Beach restoration

Activists plan mock funeral march in Lauderdale-by-the-Sea for coral reef they believe is at risk

 

Activists scheduled a mock funeral march Jan. 5 for a coral reef they believe is at risk from sand used for beach restoration.

scocking@MiamiHerald.com

Oakland Park scuba diver Kim Porter plans to lead a mock funeral march on Jan. 5 through the town of Lauderdale-by-the-Sea to protest what she believes is the imminent destruction of a near-shore coral reef in the name of beach restoration.

In the meantime, Porter is asking fellow divers to help document before-and-after conditions on reefs from Pompano Beach south to Lauderdale-by-the-Sea with photos and video since the U.S. Army Corps of Engineers began spreading 115,000 cubic yards of sand on adjacent beaches several weeks ago.

“We’re going to have the grim reaper and play a funeral march to mourn the loss of the reef,” Porter said. “I don’t know that we have any hope of stopping it.”

She said the 3 p.m. march will begin at El Prado Park and wind up at Lauderdale-by-the-Sea Town Hall. The small town is one of the most popular beach diving destinations in Southeast Florida, with shallow coral reefs only a short swim from shore.

Porter and others such as Dan Clark — founder of the Coral Springs-based, nonprofit group Cry of the Water — are upset at the quality of the sand being used, contending that it’s too fine and will wash out over coral reefs and smother them.
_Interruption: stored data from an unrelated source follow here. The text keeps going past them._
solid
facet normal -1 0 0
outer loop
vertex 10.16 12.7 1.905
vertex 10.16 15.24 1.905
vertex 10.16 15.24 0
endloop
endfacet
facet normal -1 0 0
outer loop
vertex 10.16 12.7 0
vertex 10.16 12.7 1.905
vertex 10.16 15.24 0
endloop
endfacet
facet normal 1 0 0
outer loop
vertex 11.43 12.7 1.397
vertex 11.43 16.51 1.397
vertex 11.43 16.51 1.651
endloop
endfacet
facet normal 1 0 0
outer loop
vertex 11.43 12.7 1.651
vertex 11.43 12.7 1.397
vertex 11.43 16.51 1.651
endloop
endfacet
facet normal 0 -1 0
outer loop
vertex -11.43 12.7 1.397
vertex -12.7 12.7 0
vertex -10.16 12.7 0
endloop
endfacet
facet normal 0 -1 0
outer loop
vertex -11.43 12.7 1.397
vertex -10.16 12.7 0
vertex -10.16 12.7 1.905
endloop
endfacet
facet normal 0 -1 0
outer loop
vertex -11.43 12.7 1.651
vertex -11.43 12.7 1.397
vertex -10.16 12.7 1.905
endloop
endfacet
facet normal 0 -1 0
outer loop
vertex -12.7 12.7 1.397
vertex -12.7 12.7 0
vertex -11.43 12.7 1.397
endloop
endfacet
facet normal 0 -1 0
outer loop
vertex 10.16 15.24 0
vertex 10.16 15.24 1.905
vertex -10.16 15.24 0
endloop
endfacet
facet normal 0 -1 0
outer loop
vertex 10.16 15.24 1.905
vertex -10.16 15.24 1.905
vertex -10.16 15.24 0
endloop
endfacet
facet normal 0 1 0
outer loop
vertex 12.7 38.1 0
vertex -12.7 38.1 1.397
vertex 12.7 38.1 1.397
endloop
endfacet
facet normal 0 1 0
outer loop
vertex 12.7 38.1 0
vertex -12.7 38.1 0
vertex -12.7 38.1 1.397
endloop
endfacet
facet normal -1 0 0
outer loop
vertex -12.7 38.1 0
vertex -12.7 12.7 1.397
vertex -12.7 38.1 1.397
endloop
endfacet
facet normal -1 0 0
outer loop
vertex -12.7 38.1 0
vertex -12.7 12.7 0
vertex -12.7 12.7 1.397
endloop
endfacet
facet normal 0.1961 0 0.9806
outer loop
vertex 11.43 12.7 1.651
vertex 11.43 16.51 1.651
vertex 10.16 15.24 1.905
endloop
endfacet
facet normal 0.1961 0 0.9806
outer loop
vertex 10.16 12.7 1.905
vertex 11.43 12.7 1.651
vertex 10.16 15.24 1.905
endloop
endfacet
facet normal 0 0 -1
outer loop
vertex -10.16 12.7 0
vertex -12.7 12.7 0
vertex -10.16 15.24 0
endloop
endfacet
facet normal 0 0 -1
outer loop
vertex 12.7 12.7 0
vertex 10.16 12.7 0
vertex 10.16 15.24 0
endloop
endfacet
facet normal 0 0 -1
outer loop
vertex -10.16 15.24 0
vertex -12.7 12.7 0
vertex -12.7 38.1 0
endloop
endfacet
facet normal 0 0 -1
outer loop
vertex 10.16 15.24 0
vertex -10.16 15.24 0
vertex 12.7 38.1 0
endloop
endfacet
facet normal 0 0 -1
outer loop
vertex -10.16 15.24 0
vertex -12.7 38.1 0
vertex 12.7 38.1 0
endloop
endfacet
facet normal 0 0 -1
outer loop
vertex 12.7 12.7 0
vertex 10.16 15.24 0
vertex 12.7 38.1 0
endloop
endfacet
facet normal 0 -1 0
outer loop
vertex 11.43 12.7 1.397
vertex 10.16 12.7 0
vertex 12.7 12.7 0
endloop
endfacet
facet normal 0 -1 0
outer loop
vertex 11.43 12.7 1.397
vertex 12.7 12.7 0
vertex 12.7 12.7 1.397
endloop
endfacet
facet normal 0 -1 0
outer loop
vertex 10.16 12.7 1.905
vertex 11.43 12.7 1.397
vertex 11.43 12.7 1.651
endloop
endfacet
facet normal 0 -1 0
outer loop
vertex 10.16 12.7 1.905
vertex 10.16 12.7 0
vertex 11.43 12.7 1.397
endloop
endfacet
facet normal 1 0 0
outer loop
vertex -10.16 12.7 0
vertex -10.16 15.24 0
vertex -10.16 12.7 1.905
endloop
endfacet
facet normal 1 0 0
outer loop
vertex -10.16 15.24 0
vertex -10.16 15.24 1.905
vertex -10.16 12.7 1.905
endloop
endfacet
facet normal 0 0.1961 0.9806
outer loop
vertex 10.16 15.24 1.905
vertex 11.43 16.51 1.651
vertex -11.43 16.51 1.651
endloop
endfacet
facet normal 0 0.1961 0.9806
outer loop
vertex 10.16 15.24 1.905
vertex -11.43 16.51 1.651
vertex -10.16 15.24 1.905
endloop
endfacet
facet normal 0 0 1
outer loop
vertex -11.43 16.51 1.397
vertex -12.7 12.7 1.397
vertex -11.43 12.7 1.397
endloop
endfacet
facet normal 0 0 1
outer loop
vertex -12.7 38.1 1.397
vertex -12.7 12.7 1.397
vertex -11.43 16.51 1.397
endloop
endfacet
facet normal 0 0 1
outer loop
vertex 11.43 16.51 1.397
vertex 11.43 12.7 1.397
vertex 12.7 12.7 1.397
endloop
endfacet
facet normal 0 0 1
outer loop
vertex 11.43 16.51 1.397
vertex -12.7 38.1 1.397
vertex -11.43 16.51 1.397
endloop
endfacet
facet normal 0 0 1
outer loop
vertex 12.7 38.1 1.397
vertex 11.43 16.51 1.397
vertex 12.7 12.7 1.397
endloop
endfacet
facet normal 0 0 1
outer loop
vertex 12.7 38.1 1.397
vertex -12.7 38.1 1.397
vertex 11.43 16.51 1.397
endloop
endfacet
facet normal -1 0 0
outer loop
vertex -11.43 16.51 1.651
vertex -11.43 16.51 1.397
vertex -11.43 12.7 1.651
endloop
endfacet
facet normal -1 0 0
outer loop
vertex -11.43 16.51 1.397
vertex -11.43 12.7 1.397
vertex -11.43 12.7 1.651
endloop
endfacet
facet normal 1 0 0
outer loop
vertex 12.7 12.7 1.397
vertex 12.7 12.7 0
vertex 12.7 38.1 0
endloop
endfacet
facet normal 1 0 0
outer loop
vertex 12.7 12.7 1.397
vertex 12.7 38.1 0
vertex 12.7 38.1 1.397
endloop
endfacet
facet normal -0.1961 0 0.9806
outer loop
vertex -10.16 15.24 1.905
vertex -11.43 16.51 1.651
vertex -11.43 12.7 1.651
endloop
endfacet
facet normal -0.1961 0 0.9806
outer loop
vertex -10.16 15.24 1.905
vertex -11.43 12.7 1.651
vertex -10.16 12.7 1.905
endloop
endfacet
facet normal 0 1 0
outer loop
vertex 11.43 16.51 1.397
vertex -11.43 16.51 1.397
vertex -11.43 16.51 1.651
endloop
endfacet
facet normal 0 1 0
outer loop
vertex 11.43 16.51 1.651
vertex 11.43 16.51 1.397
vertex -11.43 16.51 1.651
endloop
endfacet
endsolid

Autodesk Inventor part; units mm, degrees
ref_plane "YZ Plane" through (0, 0, 0) normal (1, 0, 0) x (0, 1, 0)
ref_plane "XZ Plane" through (0, 0, 0) normal (0, 1, 0) x (-1, 0, 0)
sketch "Sketch1" plane through (0, 0, 0) normal (0, 0, 1) x (1, 0, 0)
  line L0 (-12.7, 38.1) -> (12.7, 38.1)
  line L1 (12.7, 38.1) -> (12.7, -38.1)
  line L2 (12.7, -38.1) -> (-12.7, -38.1)
  line L3 (-12.7, -38.1) -> (-12.7, 38.1)
  line L4 (-12.7, 38.1) -> (12.7, -38.1) construction
  line L5 (12.7, 38.1) -> (-12.7, -38.1) construction
  point P0 (0, 0)
  dimension "d0" = 25.4
  dimension "d1" = 76.2
extrude "Extrusion1" add sketch "Sketch1" along normal blind 1.397
sketch "Sketch2" plane through (0, 0, 1.397) normal (0, 0, 1) x (1, 0, 0)
  line L0 (-10.16, -38.1) -> (10.16, -38.1)
  line L1 (10.16, -38.1) -> (10.16, 15.24)
  line L2 (10.16, 15.24) -> (-10.16, 15.24)
  line L3 (-10.16, 15.24) -> (-10.16, -38.1)
  line L4 (-12.7, -38.1) -> (12.7, -38.1) projected
  point P0 (0, 0)
  point P1 (0, -38.1)
  dimension "d4" = 20.32
  dimension "d5" = 53.34
extrude "Extrusion2" cut sketch "Sketch2" against normal through all
sketch "Sketch3" plane through (12.7, -38.1, 0) normal (1, 0, 0) x (0, 0, -1)
  line L0 (0, 76.2) -> (0, 0) projected
  line L1 (0, 76.2) -> (-1.397, 76.2) projected
  line L2 (-1.397, 0) -> (-1.397, 76.2) projected
  line L3 (0, 0) -> (-1.397, 0) projected
  line L4 (-1.397, 0) -> (-1.905, 0)
  line L5 (-1.397, 0) -> (-1.397, 1.27)
  line L6 (-1.397, 53.34) -> (-1.397, 0) projected
  line L7 (-1.651, 1.27) -> (-1.397, 1.27)
  line L8 (-1.651, 1.27) -> (-1.905, 0)
  point P0 (0, 38.1)
  dimension "d8" = 0.508
  dimension "d9" = 1.27
  dimension "d10" = 0.254
ref_plane "Work Plane1" through (0, 0, 1.651) normal (0, 0, 1) x (1, 0, 0)
sketch "Sketch6" plane through (0, 0, 1.651) normal (0, 0, 1) x (1, 0, 0)
  line L0 (12.7, -36.83) -> (12.7, -38.1) projected
  line L1 (12.7, -38.1) -> (12.7, 38.1) projected
  line L2 (12.7, -37.465) -> (10.795, -37.465)
  line L3 (10.16, -38.1) -> (12.7, -38.1) projected
  line L4 (10.16, 15.24) -> (10.16, -38.1) projected
  line L5 (10.795, -37.465) -> (10.795, 15.875)
  line L6 (10.795, 15.875) -> (-10.795, 15.875)
  line L7 (-10.795, 15.875) -> (-10.795, -37.465)
  line L8 (-10.795, -37.465) -> (-12.7255, -37.465)
  line L9 (-12.7, -38.1) -> (-10.16, -38.1) projected
  line L10 (-10.16, -38.1) -> (-10.16, 15.24) projected
  line L11 (-10.16, 15.24) -> (10.16, 15.24) projected
  point P0 (0, 0)
  dimension "d12" = 0.635
  dimension "d13" = 0.635
  dimension "d14" = 0.635
  dimension "d15" = 0.635
  dimension "d16" = 0.635
sweep "Sweep1" add profiles "Sketch3" path "Sketch6" path curves L2 L5 L6 L7 L8 contours L4 L8 L7 L2
ref_plane "Work Plane3" through (-12.7, 12.7, 0) normal (0, -1, 0) x (1, 0, 0)
ref_plane "Work Plane2" through (-12.7, -12.7, 0) normal (0, -1, 0) x (1, 0, 0)
split "Split3" plane through (-12.7, -12.7, 0) removes the side toward (0, -1, 0)
split "Split5" plane through (-12.7, 12.7, 0) removes the side toward (0, -1, 0)
properties part number "door-frame"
Clark put a sand sample from Pompano Beach in a vial of clean water and said it stayed muddy for hours.

“It’s just not good for coral reef habitats,” Clark said.

Corps project manager Cynthia Perez responded that it is a much-needed band-aid to replace sand washed away by Superstorm Sandy over a year ago and thereby protect roads and buildings from future storm damage.

“The most important benefit of this project is storm protection,” Perez said. “It also provides shore bird and turtle nesting habitat. An incidental benefit is recreation— supporting the local economy for tourism. As long as the weather cooperates with us, we are confident it will stay there for a period of time. The period of time depends on weather.”

Perez’s Corps colleague, biologist Terri Jordan-Sellers said the new sand is being trucked in from a mine in Ortona near Lake Okeechobee and that it is denser than the native sand found on Broward County beaches. She said it’s also much higher quality than dredged sand from borrow pits offshore.

“It significantly exceeds state standards,” Jordan-Sellers said. “Would they rather I take sand from offshore between two reefs?”

But Clark and others remain unconvinced, and Clark said his concerns are heightened because a much larger beach re-nourishment proposed by Broward County for next year would use the same Ortona sand. That $45 million project would spread up to 750,000 cubic yards over 5 miles of beach and extend out into the ocean in some sections from south of Pompano Beach to Fort Lauderdale.

“They’re going to do beach re-nourishment, but they need to do it right,” Clark said.

Eric Myers, Broward County’s chief of beach re-nourishment, said he’s OK with the quality of the new sand.

“This is the best material we can find if we are going to build a beach,” Myers said. “We think it will have a decreased amount of turbidity and less of a propensity to go downhill. My goal is not to trash reefs. My goal is to have the minimum amount of adverse impacts and then mitigate natural resources.”